Will check and remove if truly unused.

> > Source/WebKit/NetworkProcess/Classifier/ResourceLoadStatisticsDatabaseStore.cpp:2921
> > +void ResourceLoadStatisticsDatabaseStore::insertExpiredStatisticForTesting(const RegistrableDomain& domain, unsigned numberOfOperatingDaysPassed, bool hasUserInteraction, bool isScheduledForAllButCookieDataRemoval, bool isPrevalent)
> 
> I wonder if isScheduledForAllButCookieDataRemoval should just be removed?
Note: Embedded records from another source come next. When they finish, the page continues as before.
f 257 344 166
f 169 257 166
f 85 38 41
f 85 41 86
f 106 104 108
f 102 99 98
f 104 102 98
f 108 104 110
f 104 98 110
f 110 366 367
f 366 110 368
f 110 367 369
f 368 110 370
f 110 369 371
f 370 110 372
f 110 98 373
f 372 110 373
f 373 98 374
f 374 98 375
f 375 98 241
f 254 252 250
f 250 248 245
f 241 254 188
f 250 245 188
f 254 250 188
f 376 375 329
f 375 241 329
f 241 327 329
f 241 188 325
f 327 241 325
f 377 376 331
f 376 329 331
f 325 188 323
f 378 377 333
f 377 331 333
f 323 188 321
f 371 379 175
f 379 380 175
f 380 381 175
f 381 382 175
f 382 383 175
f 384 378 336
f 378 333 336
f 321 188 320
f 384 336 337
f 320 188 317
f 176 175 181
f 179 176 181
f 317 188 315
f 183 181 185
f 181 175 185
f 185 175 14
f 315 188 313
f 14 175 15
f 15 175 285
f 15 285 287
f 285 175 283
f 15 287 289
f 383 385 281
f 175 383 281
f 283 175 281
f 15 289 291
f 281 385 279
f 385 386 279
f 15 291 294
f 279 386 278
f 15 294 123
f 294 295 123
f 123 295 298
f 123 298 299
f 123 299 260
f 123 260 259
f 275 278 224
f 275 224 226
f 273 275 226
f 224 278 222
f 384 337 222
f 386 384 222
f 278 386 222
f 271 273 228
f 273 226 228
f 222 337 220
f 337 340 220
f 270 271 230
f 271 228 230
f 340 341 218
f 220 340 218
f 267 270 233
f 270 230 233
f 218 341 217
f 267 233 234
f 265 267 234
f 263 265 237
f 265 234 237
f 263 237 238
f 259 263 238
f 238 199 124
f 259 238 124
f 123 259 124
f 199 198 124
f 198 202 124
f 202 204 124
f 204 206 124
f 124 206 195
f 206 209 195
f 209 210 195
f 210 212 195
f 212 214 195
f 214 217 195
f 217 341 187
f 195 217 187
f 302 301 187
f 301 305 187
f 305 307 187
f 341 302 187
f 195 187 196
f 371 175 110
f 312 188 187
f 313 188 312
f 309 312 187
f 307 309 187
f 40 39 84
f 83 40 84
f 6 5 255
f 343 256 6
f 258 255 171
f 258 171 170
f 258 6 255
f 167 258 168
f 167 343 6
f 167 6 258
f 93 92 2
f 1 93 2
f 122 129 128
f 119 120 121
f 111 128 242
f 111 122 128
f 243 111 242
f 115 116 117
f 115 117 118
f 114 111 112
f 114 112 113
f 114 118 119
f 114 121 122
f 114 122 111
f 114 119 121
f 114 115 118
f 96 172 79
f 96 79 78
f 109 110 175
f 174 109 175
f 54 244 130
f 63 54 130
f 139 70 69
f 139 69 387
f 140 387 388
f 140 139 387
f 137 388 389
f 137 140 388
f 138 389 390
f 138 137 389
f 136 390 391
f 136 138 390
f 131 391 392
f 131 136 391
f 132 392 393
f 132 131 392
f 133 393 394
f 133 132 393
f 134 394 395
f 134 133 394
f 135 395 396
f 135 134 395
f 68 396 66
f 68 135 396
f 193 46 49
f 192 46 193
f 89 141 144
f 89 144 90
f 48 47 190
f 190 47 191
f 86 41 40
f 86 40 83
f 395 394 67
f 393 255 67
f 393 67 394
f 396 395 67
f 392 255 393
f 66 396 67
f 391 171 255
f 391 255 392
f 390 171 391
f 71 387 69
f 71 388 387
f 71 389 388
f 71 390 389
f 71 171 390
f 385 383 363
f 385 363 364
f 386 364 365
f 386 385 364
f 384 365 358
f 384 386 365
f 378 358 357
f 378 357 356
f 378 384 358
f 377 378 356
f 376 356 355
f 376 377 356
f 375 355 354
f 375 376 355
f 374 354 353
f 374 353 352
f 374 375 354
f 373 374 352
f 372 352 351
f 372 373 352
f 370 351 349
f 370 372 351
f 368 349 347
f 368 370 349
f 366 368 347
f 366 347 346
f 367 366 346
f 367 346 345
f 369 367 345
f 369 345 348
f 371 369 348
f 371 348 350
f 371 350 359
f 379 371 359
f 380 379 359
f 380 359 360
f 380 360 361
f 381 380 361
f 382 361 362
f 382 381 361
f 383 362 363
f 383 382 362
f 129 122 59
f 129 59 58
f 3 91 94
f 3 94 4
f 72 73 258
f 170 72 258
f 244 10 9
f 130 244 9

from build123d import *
It
> doesn't seem to be needed for testing, because it should get marked after a
> statistic is marked for website data removal.

Afaik, isScheduledForAllButCookieDataRemoval is still used for when potential link decoration is detected and so having a way to test with that setting separately is probably good even though it was used for the wrong test earlier.

> > Source/WebKit/NetworkProcess/Classifier/ResourceLoadStatisticsDatabaseStore.cpp:2925
> > +    for (unsigned i = 1; i <= numberOfOperatingDaysPassed; i++) {
> 
> Nice, this is much better for testing.
> 
> > Source/WebKit/NetworkProcess/Classifier/ResourceLoadStatisticsDatabaseStore.h:295
> >      OperatingDate m_leastRecentOperatingDate;
> 
> Should be removed.

Will fix.

> > Source/WebKit/NetworkProcess/Classifier/ResourceLoadStatisticsMemoryStore.cpp:1140
> > +void ResourceLoadStatisticsMemoryStore::insertExpiredStatisticForTesting(const RegistrableDomain& domain, unsigned numberOfOperatingDaysPassed, bool hasUserInteraction, bool isScheduledForAllButCookieDataRemoval, bool isPrevalent)
> 
> This function could be removed if you want.

See comment above.

> > LayoutTests/ChangeLog:12
> > +        A new test case makes sure website data is not deleted below the threshold.
> 
> Good idea to have this new test case.

Thanks, Kate! Will upload a new patch shortly.
Comment 7 Kate Cheney 2021-02-26 10:27:09 PST
Comment on attachment 421591 [details]
Patch

View in context: https://bugs.webkit.org/attachment.cgi?id=421591&action=review

>>> Source/WebKit/ChangeLog:28
>>> +            Test infrastructure. The same changes as in the DB store.
>> 
>> This function can probably be removed. We don't run tests with the memory store anymore.
> 
> It's a pure virtual function in WebKit::ResourceLoadStatisticsStore which means it has to be implemented in all concrete subclasses. We could make it a no-op but I don't think that's much better than just updating it. The whole memory store should be removed, right?

Ah, you're right. I forgot I had made it virtual. And yes, rdar://57878709 is tracking the removal, I've been meaning to get around to it :)
Comment 8 John Wilander 2021-02-26 10:37:21 PST
Created attachment 421675 [details]
Patch
Comment 9 Brent Fulgham 2021-02-26 10:44:56 PST
Comment on attachment 421675 [details]
Patch

r=me
Comment 10 John Wilander 2021-02-26 10:51:01 PST
Thanks, Kate and Brent! The previous patch was all green and the changes I made should not affect its quality. I'll wait for a reasonable amount of EWS feedback before putting it on the queue.
Comment 11 John Wilander 2021-02-26 11:22:58 PST
Created attachment 421680 [details]
Patch
Comment 12 EWS 2021-02-26 14:26:40 PST
Committed r273590: <https://commits.webkit.org/r273590>

All reviewed patches have been landed. Closing bug and clearing flags on attachment 421680 [details].